The question of how much is too much debt is one that economists answer, in part, by looking at the ratio of the nation’s income to its debt. The Gross Domestic Product, or GDP, is a measure of all the goods and services produced. The nation’s outstanding debt is currently about $5 trillion — just over 40 percent of its GDP, said Zandi, of Moody’s Economy.com.

By that measure, if the country added another $1 trillion in debt ($700 billion that the Treasury wants to borrow plus another $300 billion for other programs) the nation’s debt would jump to about 50 percent of GDP, Zandi said.

“We have very, very deep pockets,” Zandi said. “That’s definitely manageable.”

By manageable, he means that it would not affect the government’s AAA bond rating — at least for now.

“This just brings forward the day of reckoning; the day when budget deficits do become a problem,” Zandi said.

If foreign investors get nervous about the U.S. government’s high debt load, Zandi said, they could demand higher yields on their treasury bonds. And that, in turn, could drive up interest rates.

The more immediate concern, though, is what taxpayers will get in return for investing in these mortgage debts.

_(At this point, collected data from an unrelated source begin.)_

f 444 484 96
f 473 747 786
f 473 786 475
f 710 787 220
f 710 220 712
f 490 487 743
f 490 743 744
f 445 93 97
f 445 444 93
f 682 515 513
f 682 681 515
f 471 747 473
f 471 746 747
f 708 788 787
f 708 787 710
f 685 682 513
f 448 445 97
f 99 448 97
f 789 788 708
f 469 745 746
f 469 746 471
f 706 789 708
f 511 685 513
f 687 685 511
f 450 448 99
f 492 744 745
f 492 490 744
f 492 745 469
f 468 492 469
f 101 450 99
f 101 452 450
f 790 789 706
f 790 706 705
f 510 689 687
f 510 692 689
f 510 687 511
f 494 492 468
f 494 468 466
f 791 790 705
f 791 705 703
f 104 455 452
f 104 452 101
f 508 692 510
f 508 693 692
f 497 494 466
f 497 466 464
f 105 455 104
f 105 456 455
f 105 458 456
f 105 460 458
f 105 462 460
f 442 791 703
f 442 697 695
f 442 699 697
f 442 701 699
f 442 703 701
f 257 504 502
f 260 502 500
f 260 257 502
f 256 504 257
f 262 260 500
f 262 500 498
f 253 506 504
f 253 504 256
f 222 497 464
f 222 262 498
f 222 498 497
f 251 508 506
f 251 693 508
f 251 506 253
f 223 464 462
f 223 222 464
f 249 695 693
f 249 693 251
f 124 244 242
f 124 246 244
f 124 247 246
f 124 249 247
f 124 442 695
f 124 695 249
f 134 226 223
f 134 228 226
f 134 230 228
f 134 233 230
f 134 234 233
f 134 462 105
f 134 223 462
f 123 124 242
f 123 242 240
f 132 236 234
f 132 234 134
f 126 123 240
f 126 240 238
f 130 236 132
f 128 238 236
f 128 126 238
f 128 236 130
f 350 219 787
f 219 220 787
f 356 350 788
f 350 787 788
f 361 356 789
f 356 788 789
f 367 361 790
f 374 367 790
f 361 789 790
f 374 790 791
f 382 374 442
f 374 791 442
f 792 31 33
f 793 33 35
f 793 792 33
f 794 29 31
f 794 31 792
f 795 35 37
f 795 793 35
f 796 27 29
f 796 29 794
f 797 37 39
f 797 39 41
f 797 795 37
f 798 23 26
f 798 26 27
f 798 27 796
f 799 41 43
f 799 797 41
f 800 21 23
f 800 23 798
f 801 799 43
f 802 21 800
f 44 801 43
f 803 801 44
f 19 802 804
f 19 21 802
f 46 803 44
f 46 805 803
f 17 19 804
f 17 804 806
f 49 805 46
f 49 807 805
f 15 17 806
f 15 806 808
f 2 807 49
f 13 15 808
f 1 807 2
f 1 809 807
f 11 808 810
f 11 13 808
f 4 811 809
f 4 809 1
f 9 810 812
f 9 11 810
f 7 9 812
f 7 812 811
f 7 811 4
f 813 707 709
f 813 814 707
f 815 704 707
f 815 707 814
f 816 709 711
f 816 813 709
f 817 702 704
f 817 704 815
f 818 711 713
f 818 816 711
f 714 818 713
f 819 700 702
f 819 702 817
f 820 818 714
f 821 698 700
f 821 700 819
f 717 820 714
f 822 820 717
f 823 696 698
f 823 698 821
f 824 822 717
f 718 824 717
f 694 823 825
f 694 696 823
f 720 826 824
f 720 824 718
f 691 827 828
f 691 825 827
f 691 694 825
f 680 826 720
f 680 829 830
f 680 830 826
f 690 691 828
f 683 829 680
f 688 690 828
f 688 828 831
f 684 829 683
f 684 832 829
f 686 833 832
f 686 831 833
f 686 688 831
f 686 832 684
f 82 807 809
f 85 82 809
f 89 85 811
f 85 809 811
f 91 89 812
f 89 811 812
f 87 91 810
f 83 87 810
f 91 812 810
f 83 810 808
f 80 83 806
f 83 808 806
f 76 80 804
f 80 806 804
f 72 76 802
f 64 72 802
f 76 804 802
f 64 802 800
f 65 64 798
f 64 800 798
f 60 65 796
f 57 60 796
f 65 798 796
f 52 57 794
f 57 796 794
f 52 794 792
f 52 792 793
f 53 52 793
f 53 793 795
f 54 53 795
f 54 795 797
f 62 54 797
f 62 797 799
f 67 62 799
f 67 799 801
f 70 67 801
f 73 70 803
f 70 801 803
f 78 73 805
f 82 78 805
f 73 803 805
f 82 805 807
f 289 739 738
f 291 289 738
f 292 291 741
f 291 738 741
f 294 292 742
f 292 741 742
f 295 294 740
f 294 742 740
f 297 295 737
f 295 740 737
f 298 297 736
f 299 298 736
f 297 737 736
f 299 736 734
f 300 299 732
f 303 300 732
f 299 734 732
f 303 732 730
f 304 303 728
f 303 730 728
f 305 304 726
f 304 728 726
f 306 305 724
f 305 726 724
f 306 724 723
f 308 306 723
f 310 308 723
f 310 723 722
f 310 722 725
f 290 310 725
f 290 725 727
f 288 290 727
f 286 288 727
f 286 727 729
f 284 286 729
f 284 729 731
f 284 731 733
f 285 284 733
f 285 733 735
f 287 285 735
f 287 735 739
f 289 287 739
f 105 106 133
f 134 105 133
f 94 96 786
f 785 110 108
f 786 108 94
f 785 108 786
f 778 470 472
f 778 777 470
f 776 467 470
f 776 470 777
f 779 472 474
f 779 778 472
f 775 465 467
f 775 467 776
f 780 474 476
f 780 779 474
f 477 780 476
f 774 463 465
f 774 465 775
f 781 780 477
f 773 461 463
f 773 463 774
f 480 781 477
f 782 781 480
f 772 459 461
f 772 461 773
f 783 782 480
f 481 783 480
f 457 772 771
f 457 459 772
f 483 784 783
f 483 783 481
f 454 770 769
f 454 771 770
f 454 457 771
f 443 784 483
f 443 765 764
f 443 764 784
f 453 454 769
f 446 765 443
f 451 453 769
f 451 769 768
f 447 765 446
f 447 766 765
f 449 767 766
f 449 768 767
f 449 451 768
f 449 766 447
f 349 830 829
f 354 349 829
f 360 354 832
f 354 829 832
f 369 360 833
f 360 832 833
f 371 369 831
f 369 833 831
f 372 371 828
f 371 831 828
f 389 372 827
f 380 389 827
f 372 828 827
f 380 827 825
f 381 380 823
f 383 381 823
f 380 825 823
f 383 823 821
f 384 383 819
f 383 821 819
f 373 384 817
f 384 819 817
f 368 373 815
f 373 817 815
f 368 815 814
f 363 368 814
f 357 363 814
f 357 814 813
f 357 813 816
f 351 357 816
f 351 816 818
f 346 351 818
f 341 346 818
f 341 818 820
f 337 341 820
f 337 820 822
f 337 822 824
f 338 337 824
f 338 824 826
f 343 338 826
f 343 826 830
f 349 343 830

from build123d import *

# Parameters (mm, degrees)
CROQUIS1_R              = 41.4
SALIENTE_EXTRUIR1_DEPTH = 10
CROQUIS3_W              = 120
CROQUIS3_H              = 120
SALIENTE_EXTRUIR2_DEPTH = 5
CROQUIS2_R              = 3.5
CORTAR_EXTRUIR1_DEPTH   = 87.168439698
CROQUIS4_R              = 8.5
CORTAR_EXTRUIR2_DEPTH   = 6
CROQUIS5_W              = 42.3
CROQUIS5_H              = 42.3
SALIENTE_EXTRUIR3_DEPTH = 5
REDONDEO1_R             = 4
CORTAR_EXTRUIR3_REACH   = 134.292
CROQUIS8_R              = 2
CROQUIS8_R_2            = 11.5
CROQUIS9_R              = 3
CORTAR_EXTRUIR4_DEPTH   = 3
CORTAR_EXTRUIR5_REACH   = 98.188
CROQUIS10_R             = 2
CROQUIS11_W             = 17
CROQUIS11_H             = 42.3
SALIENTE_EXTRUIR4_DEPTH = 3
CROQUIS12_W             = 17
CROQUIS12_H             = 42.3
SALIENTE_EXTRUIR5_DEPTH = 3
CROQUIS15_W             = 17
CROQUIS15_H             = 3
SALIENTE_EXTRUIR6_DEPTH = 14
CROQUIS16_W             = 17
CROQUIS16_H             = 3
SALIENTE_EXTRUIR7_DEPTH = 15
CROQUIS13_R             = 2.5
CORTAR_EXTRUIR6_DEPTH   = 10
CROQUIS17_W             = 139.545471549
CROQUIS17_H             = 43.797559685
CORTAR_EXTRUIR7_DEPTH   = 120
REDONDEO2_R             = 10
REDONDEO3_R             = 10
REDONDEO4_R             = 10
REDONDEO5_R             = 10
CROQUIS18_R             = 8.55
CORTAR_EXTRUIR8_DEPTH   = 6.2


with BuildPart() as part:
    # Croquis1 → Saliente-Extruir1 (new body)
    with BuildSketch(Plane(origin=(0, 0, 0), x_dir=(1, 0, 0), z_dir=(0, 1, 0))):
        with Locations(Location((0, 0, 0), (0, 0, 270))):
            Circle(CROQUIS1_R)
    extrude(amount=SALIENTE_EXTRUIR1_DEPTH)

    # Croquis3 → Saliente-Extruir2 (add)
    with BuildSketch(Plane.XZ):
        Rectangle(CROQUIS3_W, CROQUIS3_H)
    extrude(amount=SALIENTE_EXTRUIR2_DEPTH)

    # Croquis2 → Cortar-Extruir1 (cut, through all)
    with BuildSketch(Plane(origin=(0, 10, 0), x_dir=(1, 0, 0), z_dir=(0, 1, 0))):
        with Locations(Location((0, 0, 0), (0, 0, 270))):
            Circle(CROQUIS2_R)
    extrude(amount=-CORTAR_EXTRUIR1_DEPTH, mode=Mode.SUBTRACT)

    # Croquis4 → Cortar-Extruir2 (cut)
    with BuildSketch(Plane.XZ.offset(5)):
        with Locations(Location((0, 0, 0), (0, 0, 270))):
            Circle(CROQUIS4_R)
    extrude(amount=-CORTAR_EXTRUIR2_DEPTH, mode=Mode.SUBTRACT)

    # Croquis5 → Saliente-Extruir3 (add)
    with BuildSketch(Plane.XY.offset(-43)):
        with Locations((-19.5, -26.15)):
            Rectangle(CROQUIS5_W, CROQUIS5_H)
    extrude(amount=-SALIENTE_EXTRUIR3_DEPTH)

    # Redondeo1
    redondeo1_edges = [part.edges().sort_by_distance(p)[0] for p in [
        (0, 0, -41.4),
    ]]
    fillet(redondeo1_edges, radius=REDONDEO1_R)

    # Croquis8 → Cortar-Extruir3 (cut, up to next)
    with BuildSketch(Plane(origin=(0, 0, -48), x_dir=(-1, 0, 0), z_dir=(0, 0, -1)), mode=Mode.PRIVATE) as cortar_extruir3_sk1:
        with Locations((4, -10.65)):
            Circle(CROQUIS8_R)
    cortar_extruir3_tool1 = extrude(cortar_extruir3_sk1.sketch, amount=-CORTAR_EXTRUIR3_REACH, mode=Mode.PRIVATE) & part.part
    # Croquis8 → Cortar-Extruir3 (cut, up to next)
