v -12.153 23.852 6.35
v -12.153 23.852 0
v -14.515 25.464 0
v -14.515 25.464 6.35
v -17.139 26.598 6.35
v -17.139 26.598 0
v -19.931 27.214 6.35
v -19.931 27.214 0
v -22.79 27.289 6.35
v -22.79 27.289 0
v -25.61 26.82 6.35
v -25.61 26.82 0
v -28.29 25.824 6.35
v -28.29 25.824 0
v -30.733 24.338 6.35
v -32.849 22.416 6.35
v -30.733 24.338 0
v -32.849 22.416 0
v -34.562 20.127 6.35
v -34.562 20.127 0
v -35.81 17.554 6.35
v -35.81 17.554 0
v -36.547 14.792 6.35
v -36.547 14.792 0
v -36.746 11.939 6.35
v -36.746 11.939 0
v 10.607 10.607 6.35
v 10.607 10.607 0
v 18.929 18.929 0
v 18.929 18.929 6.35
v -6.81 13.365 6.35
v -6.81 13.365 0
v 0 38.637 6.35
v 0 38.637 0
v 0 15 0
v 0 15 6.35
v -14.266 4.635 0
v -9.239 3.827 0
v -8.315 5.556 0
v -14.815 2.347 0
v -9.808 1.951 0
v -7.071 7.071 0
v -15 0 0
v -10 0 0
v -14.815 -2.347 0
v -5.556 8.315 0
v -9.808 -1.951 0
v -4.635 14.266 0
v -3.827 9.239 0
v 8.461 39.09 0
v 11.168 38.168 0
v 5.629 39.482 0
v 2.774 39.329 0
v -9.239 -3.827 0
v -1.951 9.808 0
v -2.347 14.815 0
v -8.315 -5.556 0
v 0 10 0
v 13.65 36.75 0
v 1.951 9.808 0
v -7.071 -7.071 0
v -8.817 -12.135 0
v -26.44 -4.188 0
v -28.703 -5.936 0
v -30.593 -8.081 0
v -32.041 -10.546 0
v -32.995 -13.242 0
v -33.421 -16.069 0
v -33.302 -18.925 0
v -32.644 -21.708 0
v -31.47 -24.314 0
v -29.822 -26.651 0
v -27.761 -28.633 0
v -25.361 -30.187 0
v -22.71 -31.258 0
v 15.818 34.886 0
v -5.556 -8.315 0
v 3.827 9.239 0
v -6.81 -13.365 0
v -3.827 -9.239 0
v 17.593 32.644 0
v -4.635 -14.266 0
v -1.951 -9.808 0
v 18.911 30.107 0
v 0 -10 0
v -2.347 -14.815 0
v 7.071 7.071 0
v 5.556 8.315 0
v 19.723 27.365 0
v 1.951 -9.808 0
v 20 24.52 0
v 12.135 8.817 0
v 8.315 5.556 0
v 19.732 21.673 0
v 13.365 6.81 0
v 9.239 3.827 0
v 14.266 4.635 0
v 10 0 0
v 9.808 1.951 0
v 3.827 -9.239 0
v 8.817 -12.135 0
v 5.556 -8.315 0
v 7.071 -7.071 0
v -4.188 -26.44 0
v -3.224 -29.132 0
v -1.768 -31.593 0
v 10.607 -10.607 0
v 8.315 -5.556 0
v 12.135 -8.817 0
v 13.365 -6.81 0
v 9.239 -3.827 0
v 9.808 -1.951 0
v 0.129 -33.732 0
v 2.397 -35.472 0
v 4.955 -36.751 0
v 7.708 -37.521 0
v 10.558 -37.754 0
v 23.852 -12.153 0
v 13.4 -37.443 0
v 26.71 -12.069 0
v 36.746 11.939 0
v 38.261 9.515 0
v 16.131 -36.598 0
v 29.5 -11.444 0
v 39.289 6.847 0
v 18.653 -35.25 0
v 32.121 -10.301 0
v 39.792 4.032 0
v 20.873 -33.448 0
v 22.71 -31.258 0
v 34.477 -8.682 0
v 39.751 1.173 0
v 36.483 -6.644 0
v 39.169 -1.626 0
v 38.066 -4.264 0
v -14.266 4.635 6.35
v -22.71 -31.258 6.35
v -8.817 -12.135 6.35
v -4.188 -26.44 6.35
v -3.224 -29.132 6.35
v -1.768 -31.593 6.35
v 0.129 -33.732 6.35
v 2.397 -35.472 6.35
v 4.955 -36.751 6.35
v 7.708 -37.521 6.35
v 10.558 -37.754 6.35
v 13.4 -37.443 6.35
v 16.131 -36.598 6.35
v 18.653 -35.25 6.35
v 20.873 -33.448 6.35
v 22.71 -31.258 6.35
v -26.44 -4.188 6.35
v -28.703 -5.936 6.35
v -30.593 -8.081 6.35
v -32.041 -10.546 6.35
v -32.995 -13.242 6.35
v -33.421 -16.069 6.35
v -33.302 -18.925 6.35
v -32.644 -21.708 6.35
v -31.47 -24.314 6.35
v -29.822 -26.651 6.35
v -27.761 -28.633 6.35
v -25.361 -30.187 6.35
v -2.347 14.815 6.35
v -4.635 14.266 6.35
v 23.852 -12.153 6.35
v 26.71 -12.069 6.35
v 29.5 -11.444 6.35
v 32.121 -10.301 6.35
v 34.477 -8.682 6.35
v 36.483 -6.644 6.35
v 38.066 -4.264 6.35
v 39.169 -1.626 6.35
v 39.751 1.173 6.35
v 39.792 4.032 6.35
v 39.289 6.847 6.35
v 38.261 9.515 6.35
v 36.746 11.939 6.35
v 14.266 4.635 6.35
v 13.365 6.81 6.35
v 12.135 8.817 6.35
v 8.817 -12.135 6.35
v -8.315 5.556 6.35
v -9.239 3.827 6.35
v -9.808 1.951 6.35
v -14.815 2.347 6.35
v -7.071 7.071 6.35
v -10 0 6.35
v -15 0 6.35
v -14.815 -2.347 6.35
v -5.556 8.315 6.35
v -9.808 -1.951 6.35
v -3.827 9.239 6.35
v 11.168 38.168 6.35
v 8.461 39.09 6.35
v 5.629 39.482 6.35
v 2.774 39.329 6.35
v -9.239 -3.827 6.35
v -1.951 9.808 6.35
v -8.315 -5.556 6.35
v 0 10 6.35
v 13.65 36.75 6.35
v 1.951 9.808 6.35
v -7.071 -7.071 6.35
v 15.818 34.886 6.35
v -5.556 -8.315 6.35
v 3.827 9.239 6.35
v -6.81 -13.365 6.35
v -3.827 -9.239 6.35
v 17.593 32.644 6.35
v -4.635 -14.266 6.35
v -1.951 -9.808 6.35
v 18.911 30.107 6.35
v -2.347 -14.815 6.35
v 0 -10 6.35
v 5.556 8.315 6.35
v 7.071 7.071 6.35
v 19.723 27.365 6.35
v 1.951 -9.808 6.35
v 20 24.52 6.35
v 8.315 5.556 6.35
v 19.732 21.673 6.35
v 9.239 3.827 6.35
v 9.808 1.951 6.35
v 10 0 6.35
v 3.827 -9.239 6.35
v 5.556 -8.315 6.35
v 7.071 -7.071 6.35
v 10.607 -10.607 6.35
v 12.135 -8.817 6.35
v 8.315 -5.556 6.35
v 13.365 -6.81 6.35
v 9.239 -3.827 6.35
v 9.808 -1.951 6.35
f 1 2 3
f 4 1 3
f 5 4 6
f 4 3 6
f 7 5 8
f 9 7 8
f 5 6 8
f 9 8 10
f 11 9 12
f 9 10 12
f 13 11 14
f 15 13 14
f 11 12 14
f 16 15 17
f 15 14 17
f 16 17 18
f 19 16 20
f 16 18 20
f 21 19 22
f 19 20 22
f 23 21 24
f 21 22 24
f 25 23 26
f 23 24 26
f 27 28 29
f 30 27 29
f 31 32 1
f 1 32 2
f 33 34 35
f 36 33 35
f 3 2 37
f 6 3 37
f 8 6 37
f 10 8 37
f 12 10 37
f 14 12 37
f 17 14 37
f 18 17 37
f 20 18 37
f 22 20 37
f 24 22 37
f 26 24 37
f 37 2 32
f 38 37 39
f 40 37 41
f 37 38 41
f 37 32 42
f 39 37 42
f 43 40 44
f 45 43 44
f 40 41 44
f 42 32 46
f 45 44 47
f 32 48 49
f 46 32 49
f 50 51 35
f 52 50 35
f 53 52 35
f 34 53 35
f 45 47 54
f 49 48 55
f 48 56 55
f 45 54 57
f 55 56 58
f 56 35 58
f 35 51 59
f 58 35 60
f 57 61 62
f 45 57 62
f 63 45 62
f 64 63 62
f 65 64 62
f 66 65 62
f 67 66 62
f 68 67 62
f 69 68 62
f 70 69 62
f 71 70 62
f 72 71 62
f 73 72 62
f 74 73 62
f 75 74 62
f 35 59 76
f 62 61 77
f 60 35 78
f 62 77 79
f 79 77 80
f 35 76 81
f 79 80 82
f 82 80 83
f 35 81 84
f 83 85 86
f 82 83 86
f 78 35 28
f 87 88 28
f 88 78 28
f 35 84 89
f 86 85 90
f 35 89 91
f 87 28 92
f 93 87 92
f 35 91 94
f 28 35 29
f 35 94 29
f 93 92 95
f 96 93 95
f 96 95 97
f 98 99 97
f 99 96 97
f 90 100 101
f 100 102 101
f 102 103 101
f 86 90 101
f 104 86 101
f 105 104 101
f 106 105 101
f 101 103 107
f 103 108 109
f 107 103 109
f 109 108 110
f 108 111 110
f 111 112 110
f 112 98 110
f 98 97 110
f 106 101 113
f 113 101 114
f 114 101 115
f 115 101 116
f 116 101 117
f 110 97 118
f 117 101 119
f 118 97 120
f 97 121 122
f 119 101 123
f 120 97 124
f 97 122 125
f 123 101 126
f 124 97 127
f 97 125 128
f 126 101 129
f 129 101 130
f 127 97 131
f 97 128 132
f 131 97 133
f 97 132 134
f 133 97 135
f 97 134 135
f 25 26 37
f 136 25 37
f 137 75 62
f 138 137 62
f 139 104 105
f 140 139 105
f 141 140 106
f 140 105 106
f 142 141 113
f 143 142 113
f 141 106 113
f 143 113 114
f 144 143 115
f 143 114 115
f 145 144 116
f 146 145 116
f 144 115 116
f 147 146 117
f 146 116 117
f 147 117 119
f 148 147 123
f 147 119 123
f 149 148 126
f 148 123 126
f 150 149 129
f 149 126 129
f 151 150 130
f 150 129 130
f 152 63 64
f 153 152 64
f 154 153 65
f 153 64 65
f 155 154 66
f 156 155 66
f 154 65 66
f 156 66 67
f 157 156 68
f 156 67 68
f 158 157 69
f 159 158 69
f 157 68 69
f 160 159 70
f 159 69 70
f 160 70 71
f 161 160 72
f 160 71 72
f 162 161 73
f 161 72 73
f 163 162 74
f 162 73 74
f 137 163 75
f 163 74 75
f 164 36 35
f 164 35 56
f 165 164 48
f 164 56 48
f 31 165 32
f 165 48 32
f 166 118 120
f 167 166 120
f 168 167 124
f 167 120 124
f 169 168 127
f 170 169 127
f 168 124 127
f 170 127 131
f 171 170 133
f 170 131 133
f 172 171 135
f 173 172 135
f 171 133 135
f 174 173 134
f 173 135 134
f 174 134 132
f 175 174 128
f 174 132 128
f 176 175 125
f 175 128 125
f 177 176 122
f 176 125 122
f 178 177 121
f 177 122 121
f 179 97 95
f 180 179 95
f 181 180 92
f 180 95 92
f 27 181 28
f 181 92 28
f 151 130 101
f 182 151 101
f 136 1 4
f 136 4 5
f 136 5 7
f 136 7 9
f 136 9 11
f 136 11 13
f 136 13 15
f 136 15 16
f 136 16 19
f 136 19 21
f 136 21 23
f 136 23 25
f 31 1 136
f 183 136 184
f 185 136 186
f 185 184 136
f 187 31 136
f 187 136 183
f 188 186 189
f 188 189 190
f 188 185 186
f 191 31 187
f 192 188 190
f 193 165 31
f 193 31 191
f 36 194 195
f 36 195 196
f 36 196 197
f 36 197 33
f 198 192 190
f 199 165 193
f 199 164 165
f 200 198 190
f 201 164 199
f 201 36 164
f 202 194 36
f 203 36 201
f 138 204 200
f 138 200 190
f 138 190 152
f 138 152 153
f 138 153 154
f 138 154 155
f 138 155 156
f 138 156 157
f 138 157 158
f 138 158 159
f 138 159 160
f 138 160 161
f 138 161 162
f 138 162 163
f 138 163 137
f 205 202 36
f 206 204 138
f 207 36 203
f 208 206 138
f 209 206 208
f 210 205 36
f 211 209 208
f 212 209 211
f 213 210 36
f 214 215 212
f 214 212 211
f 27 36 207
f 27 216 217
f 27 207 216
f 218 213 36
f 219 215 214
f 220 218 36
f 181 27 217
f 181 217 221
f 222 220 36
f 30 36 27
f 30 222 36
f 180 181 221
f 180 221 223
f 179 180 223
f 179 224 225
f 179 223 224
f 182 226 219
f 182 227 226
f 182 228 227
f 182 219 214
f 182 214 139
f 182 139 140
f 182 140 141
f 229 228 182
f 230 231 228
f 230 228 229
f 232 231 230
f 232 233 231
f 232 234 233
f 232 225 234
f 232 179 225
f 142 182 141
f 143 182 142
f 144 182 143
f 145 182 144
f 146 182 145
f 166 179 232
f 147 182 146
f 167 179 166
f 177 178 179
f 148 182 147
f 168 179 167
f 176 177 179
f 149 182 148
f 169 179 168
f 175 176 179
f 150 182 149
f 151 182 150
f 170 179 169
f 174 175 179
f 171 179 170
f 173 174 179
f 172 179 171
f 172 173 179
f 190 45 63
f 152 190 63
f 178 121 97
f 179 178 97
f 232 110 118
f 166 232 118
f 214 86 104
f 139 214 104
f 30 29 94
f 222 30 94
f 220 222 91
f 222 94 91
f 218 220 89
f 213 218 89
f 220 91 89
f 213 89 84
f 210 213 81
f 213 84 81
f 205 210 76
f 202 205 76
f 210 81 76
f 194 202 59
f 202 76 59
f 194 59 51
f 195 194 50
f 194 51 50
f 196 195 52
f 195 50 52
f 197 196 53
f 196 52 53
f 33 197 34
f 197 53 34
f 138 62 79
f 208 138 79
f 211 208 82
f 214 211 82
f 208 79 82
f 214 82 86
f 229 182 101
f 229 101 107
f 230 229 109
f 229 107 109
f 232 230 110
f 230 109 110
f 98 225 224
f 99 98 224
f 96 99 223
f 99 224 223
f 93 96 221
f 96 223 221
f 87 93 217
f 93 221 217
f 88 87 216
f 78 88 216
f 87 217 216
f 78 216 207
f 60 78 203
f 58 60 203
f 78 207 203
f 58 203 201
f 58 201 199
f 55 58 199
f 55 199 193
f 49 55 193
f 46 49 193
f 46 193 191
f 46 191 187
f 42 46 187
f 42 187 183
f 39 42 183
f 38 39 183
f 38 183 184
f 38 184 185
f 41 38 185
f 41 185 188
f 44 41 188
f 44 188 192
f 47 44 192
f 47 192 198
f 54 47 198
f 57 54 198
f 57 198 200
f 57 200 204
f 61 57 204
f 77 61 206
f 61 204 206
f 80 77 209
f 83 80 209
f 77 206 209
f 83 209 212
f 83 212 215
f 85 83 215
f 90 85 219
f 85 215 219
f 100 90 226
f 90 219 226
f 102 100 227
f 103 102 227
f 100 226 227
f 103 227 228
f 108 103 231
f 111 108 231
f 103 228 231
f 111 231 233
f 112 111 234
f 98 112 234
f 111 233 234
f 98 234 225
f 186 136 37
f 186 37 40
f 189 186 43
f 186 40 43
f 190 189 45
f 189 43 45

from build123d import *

# Parameters (mm, degrees)
F1_DEPTH = 6.35
F2_COUNT = 5
F3_R     = 15
F4_DEPTH = 6.35
F5_R     = 10
F6_DEPTH = 6.351


with BuildPart() as f1:
    # F0 (on Top) → F1 (new body)
    with BuildSketch(Plane.XY):
        with BuildLine():
            Line((0, 38.637033), (0, 0))
            Line((0, 0), (18.929224, 18.929224))
            ThreePointArc((18.929224, 18.929224), (15.818142, 34.885653), (0, 38.637033))
        make_face()
    extrude(amount=F1_DEPTH)



with BuildPart() as f2_1:
    # F2: instance of F1
    add(f1.part.rotate(Axis((0, 0, 3.175), (0, 0, 1)), 1 * 360 / F2_COUNT))


with BuildPart() as f2_2:
    # F2: instance of F1
    add(f1.part.rotate(Axis((0, 0, 3.175), (0, 0, 1)), 2 * 360 / F2_COUNT))


with BuildPart() as f2_3:
    # F2: instance of F1
    add(f1.part.rotate(Axis((0, 0, 3.175), (0, 0, 1)), 3 * 360 / F2_COUNT))


with BuildPart() as f2_4:
    # F2: instance of F1
    add(f1.part.rotate(Axis((0, 0, 3.175), (0, 0, 1)), 4 * 360 / F2_COUNT))


with BuildPart() as f1_1:
    add(f1.part)

    add(f2_1.part)  # F4 merges F2_1

    add(f2_2.part)  # F4 merges F2_2

    add(f2_3.part)  # F4 merges F2_3

    add(f2_4.part)  # F4 merges F2_4
    # F3 (on Top) → F4 (join, through all)
    with BuildSketch(Plane.XY):
        Circle(F3_R)
    extrude(amount=F4_DEPTH)

    # F5 (on face) → F6 (cut, through all)
    with BuildSketch(Plane.XY.offset(6.35)):
        Circle(F5_R)
    extrude(amount=-F6_DEPTH, mode=Mode.SUBTRACT)


solid = f1_1.part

Senate Democrats said yesterday that they want the Treasury’s plan to include strict limits on executive compensation and a provision to allow the government an ownership stake in any financial institution that it bails out.

“Do we own much of the financial industry because we’ve given them this money? Do we put restrictions on their pay?” said Dean Baker, an economist and co-director of the Center for Economic and Policy Research in Washington. “These things are up for grabs.”

The bailout, he said, also carries a “moral hazard.”

“If [financial companies] are allowed to get away with the government basically picking up their bad debts,” Baker said, they could say to themselves, “well, you did it once? Why wouldn’t [you] do it again?”